Cocoa prices were undercut at the start of the week after the latest monthly report from the International Cocoa Organization (ICCO) revealed that cumulative volumes of arrivals of cocoa beans in Cote d’Ivoire at the beginning of this month were reported at 348,000 tonnes, down by 23% year-on-year compared to 452,000 tonnes recorded during the corresponding period of the previous season.
Barchart.com reported that last Friday's (18 November 2022) weekly Commitment of Traders (COT) report showed funds boosted their net-long London cocoa positions by 1,027 to a 3-year high of 74,561 long positions in the week ended Nov 15. For NY cocoa, the COT report showed that funds flipped to a 6-month high net-long position of 4,865 in the week ended 15 November.
In a bullish factor, Ghana reported on 27 July that its 2021/22 cocoa crop fell by -35% y/y to 685,000 MT, the smallest crop in 12 years, due to drought and swollen shoot virus. Ghana is the world's second-largest cocoa producer.
Cocoa prices have also been affected by reports that the rainy season recently caused an outbreak of black pod disease in some West African growing areas. In addition, cocoa farmers continue to struggle with the lack of fertilizer and pesticides. The war in Ukraine has limited Russian exports of potash and other fertilizers worldwide.

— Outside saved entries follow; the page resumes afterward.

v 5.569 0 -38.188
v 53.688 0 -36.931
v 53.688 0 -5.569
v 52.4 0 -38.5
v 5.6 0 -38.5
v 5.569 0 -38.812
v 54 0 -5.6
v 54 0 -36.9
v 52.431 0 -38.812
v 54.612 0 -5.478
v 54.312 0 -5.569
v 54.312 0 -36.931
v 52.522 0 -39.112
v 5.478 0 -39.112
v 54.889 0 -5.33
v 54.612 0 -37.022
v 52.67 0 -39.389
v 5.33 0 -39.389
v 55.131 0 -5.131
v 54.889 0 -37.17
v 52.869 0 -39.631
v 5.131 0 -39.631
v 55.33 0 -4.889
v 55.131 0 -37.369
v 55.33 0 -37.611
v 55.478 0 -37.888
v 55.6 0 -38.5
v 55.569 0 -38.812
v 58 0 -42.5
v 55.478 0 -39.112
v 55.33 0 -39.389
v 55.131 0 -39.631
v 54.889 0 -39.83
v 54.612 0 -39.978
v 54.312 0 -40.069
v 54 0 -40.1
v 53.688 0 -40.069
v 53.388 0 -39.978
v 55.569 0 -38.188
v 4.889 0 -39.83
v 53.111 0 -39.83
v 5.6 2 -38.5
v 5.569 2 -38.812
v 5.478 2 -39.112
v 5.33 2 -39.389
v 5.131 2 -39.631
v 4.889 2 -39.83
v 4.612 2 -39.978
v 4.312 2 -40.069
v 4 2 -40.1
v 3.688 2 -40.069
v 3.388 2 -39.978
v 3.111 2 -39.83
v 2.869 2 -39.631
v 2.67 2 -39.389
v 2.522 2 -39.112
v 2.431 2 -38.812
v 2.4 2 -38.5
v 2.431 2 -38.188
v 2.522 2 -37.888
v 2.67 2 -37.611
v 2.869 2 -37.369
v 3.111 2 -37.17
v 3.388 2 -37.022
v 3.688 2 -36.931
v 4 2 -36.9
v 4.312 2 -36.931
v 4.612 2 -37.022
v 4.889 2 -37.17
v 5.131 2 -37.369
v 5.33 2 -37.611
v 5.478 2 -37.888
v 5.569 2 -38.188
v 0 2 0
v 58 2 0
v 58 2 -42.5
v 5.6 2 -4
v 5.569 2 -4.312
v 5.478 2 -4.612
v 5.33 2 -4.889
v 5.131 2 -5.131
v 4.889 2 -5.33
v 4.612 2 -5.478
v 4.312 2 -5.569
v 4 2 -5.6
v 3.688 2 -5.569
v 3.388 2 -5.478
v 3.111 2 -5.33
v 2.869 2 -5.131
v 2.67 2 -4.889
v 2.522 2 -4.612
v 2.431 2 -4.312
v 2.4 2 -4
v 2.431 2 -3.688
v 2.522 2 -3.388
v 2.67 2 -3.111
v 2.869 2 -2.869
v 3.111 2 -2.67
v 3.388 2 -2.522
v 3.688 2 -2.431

A further reduction in cocoa yields is expected should torrential rainfall persist, as soil nutrients will be washed away. And, this will further exacerbate the current problem associated with increasing fertilizer prices.
In neighbouring Ghana, while no fresh data were available on the level of volumes of graded and sealed cocoa beans for the 2022/23 season, the situation is being closely monitored as the country recorded a drastic cut in production compared to last season, due in part to the devastating effect of the Cocoa Swollen Shoot Virus Disease (CSSVD), illegal mining on cocoa farms and reduced use of fertilizer due to the high prices, the ICCO reported.
Traders are also keeping a close eye on a strike by dock workers in the Cote d’Ivoire’s port of San Pedro, which could spread to other ports, thus reducing global cocoa supplies. The strike has already disrupted the transportation of cocoa supplies from farms to ports in Cote d’Ivoire.
Another risk to global cocoa supplies, barchart.com reports, is the standoff between the Cote d’Ivoire cocoa regulator and the world's major cocoa buyers after a government-imposed premium made Côte d’Ivoire’s cocoa supplies less competitive in the global market, which resulted in fewer forward-sales contracts. As a result, the Cote d’Ivoire regulator has threatened to prevent traders from buying cocoa from farmers if if those forward sales don't resume.
Smaller cocoa supplies from Nigeria are bullish for prices after a 28 Octber report showed Nigeria's September cocoa exports fell -16% y/y to 11,094 MT due to excessive rain. Nigeria is the world's fifth-largest cocoa bean producer.
Following the recovery in grindings in 2021-22 on the back of the economic recovery from the COVID 19 pandemic, mixed results have been posted by members of the European Cocoa Association (ECA), Cocoa Association of Asia (CAA) and National Confectionery Association (NCA) – who held about 56% of the world share of grindings in 2021-22.
For the 2021-22 cocoa season, cocoa processing activities increased year-on-year in Europe and Southeast Asia, whereas they dropped in North America. On a crop year basis, the ECA posted data indicating that cumulative grindings in Europe during 2021-22 increased year-on-year by 2.68% from 1,434,631 tonnes to 1,473,084 tonnes, while the CAA published data showing a 4.79% increase from 863,239 tonnes to 904,597 tonnes.
However, total grindings in North America witnessed a year-on-year decline of 3.44% from 483,078 tonnes to 466,451 tonnes according to the total quarterly statistics published by the NCA.
The ICCO said that the latest mixed grindings data suggest that cocoa demand at the start of the 2022-23 season remains uncertain due to the current global macroeconomic narrative on high inflation, interest rates, slow growth and concerns about energy price increases.